Example: Creating a simple animation of a bouncing ball on a canvas using Processing or making a game.
2- MIT app inventor:MIT App Inventor is a cloud-based tool that allows users to create mobile applications for Android devices without prior programming experience. It offers a drag-and-drop interface for assembling app components and a block-based programming language for defining app behavior. This platform enables individuals to transform their app ideas into reality quickly.
Example: Developing a mobile app that provides access to Fab Academy course materials, including lecture videos, assignments, and community forums.

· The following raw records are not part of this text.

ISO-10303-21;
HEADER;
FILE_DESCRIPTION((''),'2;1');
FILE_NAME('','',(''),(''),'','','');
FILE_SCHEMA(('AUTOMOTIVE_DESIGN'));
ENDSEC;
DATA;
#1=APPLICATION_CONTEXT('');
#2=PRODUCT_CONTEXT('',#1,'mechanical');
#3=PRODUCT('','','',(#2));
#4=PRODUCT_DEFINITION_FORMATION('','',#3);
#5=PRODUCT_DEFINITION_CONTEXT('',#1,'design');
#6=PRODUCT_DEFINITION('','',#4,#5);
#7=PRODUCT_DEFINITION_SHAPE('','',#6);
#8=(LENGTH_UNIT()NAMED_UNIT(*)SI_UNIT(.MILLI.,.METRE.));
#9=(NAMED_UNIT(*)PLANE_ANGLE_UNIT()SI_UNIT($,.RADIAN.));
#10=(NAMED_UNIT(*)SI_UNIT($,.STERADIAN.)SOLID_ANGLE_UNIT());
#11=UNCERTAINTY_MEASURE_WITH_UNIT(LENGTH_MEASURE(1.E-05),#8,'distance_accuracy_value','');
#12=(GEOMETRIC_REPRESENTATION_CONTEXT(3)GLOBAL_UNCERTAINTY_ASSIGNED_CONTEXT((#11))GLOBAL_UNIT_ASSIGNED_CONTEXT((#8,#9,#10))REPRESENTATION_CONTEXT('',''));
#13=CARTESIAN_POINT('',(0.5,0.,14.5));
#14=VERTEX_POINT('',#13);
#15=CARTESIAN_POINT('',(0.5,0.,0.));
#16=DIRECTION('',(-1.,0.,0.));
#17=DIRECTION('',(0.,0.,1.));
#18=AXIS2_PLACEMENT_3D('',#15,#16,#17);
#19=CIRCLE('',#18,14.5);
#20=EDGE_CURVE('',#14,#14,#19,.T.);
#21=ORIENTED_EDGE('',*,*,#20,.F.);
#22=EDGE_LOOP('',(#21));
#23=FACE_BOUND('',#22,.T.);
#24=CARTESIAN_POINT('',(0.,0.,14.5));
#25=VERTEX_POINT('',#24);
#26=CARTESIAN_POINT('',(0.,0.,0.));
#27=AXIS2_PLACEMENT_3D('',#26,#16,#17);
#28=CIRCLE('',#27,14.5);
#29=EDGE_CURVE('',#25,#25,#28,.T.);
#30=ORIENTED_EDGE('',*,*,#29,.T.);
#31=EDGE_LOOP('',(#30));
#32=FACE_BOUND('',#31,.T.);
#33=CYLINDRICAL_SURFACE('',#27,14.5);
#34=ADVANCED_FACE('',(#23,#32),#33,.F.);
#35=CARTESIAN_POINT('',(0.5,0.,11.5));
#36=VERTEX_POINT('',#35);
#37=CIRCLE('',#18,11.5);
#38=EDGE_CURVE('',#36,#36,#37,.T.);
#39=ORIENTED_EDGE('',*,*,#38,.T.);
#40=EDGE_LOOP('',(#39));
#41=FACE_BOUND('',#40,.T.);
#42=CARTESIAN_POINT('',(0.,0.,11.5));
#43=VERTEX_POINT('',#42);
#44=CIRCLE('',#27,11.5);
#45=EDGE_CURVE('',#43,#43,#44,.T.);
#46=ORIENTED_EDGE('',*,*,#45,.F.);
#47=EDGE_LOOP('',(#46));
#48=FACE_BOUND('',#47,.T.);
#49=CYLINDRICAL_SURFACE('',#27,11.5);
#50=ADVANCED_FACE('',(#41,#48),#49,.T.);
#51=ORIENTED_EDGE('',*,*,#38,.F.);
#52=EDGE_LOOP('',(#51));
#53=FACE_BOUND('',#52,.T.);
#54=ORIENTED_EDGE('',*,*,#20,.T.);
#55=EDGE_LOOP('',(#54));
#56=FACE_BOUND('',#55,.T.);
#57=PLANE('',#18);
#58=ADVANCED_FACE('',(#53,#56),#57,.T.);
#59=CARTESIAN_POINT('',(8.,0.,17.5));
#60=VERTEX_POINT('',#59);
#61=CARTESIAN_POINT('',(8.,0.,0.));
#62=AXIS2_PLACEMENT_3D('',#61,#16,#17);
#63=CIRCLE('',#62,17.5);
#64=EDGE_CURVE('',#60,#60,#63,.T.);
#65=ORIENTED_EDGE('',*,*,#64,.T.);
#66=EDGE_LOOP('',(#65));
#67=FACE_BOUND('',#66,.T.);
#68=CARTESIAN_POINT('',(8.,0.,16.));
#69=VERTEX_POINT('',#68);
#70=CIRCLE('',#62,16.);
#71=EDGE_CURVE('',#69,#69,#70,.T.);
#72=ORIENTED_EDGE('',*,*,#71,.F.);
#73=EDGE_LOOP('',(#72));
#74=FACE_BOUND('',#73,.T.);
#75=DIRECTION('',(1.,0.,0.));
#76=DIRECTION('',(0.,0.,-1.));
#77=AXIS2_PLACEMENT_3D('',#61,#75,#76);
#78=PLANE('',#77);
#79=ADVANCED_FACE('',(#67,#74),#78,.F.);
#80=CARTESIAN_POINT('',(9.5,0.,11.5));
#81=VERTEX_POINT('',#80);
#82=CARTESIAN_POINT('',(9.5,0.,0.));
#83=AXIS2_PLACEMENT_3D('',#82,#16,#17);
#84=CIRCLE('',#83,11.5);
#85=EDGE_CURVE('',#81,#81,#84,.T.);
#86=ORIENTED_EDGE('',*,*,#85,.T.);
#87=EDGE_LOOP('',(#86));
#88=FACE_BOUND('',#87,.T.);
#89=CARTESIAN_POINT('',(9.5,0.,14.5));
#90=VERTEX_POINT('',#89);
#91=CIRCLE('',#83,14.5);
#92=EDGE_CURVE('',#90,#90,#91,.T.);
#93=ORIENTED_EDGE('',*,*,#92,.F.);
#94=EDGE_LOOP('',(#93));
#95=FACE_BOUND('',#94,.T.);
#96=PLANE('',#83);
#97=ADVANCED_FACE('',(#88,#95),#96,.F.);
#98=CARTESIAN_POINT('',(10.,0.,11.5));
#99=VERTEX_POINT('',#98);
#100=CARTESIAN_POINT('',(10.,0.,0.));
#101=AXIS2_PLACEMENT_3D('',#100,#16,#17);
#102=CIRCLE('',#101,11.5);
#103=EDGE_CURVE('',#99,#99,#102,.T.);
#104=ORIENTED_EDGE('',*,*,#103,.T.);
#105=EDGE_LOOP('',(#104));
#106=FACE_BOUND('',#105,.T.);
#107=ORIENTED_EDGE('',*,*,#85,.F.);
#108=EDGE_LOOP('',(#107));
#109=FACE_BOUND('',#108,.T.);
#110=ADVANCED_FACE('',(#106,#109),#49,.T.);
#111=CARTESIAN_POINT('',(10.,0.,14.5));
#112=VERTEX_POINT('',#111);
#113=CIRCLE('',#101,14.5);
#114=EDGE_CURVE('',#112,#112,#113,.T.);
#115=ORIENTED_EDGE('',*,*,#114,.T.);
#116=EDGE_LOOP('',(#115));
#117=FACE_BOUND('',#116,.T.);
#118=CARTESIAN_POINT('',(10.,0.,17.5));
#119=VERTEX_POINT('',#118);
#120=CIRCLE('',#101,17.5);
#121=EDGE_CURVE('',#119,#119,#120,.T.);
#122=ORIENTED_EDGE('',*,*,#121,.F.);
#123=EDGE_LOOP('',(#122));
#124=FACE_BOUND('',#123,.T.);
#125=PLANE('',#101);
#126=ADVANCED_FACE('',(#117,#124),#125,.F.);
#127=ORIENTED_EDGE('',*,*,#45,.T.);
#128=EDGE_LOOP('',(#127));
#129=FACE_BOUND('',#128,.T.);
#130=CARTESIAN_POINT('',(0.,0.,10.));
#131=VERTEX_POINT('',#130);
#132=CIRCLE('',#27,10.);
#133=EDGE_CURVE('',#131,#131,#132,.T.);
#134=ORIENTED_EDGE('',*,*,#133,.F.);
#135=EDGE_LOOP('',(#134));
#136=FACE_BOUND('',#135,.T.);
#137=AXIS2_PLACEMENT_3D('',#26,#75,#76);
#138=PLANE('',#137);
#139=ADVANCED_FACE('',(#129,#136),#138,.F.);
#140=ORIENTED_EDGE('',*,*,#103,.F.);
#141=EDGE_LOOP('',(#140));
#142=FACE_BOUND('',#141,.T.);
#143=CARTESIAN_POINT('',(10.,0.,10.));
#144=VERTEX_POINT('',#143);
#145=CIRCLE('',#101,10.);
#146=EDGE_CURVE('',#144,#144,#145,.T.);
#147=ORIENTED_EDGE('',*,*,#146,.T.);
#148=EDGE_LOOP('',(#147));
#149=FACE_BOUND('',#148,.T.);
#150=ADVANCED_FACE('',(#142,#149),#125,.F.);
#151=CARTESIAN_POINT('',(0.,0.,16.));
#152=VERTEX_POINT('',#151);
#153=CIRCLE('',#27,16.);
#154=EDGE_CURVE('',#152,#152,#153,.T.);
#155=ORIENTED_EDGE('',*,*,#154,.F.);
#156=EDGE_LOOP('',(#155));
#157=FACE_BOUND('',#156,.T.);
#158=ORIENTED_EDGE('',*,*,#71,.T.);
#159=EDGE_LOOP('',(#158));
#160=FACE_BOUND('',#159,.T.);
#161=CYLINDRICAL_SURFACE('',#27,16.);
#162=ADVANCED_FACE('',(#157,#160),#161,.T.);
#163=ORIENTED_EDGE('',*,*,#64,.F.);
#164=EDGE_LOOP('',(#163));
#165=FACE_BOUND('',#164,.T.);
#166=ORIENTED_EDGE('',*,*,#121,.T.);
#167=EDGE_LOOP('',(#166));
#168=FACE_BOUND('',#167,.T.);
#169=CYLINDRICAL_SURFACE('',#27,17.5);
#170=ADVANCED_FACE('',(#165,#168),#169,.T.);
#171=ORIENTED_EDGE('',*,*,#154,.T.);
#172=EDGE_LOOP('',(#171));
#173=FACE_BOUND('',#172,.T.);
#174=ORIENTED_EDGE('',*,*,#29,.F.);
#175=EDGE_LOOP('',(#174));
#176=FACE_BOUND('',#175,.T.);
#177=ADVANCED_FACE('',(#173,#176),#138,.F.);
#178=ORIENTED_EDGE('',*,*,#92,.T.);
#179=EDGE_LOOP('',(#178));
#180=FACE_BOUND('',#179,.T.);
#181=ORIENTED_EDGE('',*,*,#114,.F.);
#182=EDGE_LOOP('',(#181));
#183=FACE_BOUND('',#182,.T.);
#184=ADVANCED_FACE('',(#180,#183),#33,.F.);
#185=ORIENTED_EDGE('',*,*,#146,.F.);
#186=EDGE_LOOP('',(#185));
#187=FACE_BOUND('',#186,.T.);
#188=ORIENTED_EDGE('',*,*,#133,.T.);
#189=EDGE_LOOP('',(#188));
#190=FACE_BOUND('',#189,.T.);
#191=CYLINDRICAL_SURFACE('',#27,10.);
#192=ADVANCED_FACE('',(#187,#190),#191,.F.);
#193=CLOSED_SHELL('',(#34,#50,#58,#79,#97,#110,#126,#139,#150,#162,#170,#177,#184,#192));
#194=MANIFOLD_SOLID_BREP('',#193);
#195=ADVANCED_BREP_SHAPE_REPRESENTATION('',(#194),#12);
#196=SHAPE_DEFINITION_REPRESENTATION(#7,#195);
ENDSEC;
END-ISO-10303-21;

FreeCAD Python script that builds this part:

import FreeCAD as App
import Part
import Sketcher


def add_polygon(sketch, points):
    """Adds a closed chain of lines whose ends are joined by coincident constraints."""
    first, n = sketch.GeometryCount, len(points)
    for a, b in zip(points, points[1:] + points[:1]):
        sketch.addGeometry(Part.LineSegment(App.Vector(*a, 0), App.Vector(*b, 0)), False)
    for i in range(n):
        sketch.addConstraint(Sketcher.Constraint("Coincident", first + i, 2, first + (i + 1) % n, 1))

doc = App.newDocument("Part")
body = doc.addObject("PartDesign::Body", "Body")

# Sketch on XZ plane
sketch1 = body.newObject("Sketcher::SketchObject", "Sketch")
sketch1.AttachmentSupport = (doc.getObject("XZ_Plane"), [""])
sketch1.MapMode = "FlatFace"
add_polygon(sketch1, [(0, -10), (10, -10), (10, -11.5), (9.5, -11.5), (9.5, -14.5), (10, -14.5), (10, -17.5), (8, -17.5), (8, -16), (0, -16), (0, -14.5), (0.5, -14.5), (0.5, -11.5), (0, -11.5)])  # lines 0-13
sketch1.addConstraint([
    Sketcher.Constraint("Horizontal", 0),
    Sketcher.Constraint("Vertical", 1),
    Sketcher.Constraint("Horizontal", 2),
    Sketcher.Constraint("Vertical", 3),
    Sketcher.Constraint("Horizontal", 4),
    Sketcher.Constraint("Vertical", 5),
    Sketcher.Constraint("Horizontal", 6),
    Sketcher.Constraint("Vertical", 7),
    Sketcher.Constraint("Horizontal", 8),
    Sketcher.Constraint("Vertical", 9),
    Sketcher.Constraint("Horizontal", 10),
    Sketcher.Constraint("Vertical", 11),
    Sketcher.Constraint("Horizontal", 12),
    Sketcher.Constraint("Vertical", 13),
    Sketcher.Constraint("PointOnObject", 8, 2, -2),
    Sketcher.Constraint("PointOnObject", 12, 2, -2),
    Sketcher.Constraint("Horizontal", 4, 2, 9, 2),
    Sketcher.Constraint("Horizontal", 2, 2, 11, 2),
    Sketcher.Constraint("Vertical", 1, 2, 4, 2),
    Sketcher.Constraint("Equal", 4, 10),
    Sketcher.Constraint("Equal", 3, 5),
    Sketcher.Constraint("Equal", 1, 7),
    Sketcher.Constraint("Equal", 7, 9),
    Sketcher.Constraint("DistanceX", 0, 1, 0, 2, 10.0),
    Sketcher.Constraint("DistanceX", 6, 2, 6, 1, 2.0),
    Sketcher.Constraint("DistanceY", 3, 2, 3, 1, 3.0),
    Sketcher.Constraint("DistanceX", 2, 2, 2, 1, 0.5),
    Sketcher.Constraint("DistanceY", 0, 2, -1, 1, 10.0),
])
revolution = body.newObject("PartDesign::Revolution", "Revolution")
revolution.Profile = sketch1
revolution.ReferenceAxis = (sketch1, ["H_Axis"])
revolution.Angle = 360

doc.recompute()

3- Jupyter: Jupyter: Jupyter is an open-source web application widely used in scientific computing, data science, and machine learning. It enables users to create and share documents (notebooks) containing live code, equations, visualizations, and narrative text. Jupyter notebooks facilitate interactive data analysis, exploration, and collaboration.
Example: Using a Jupyter notebook with Python to analyze and visualize a dataset, such as plotting a line chart of some data.(similar to excel sheet) but jupyter notebooks provide a more flexible and customizable environment compared to Excel.
4- Bubble: Bubble: Bubble is a visual programming platform that empowers users to build web and mobile applications without coding. Its drag-and-drop interface simplifies the creation of user interfaces and allows for customization. Bubble offers hosting and scalable infrastructure for launching and running applications in the cloud.
Example: Building a web-based platform with Bubble for Fab Academy students and instructors to collaborate, share project documentation, and provide feedback on each other's work (That would add some fun).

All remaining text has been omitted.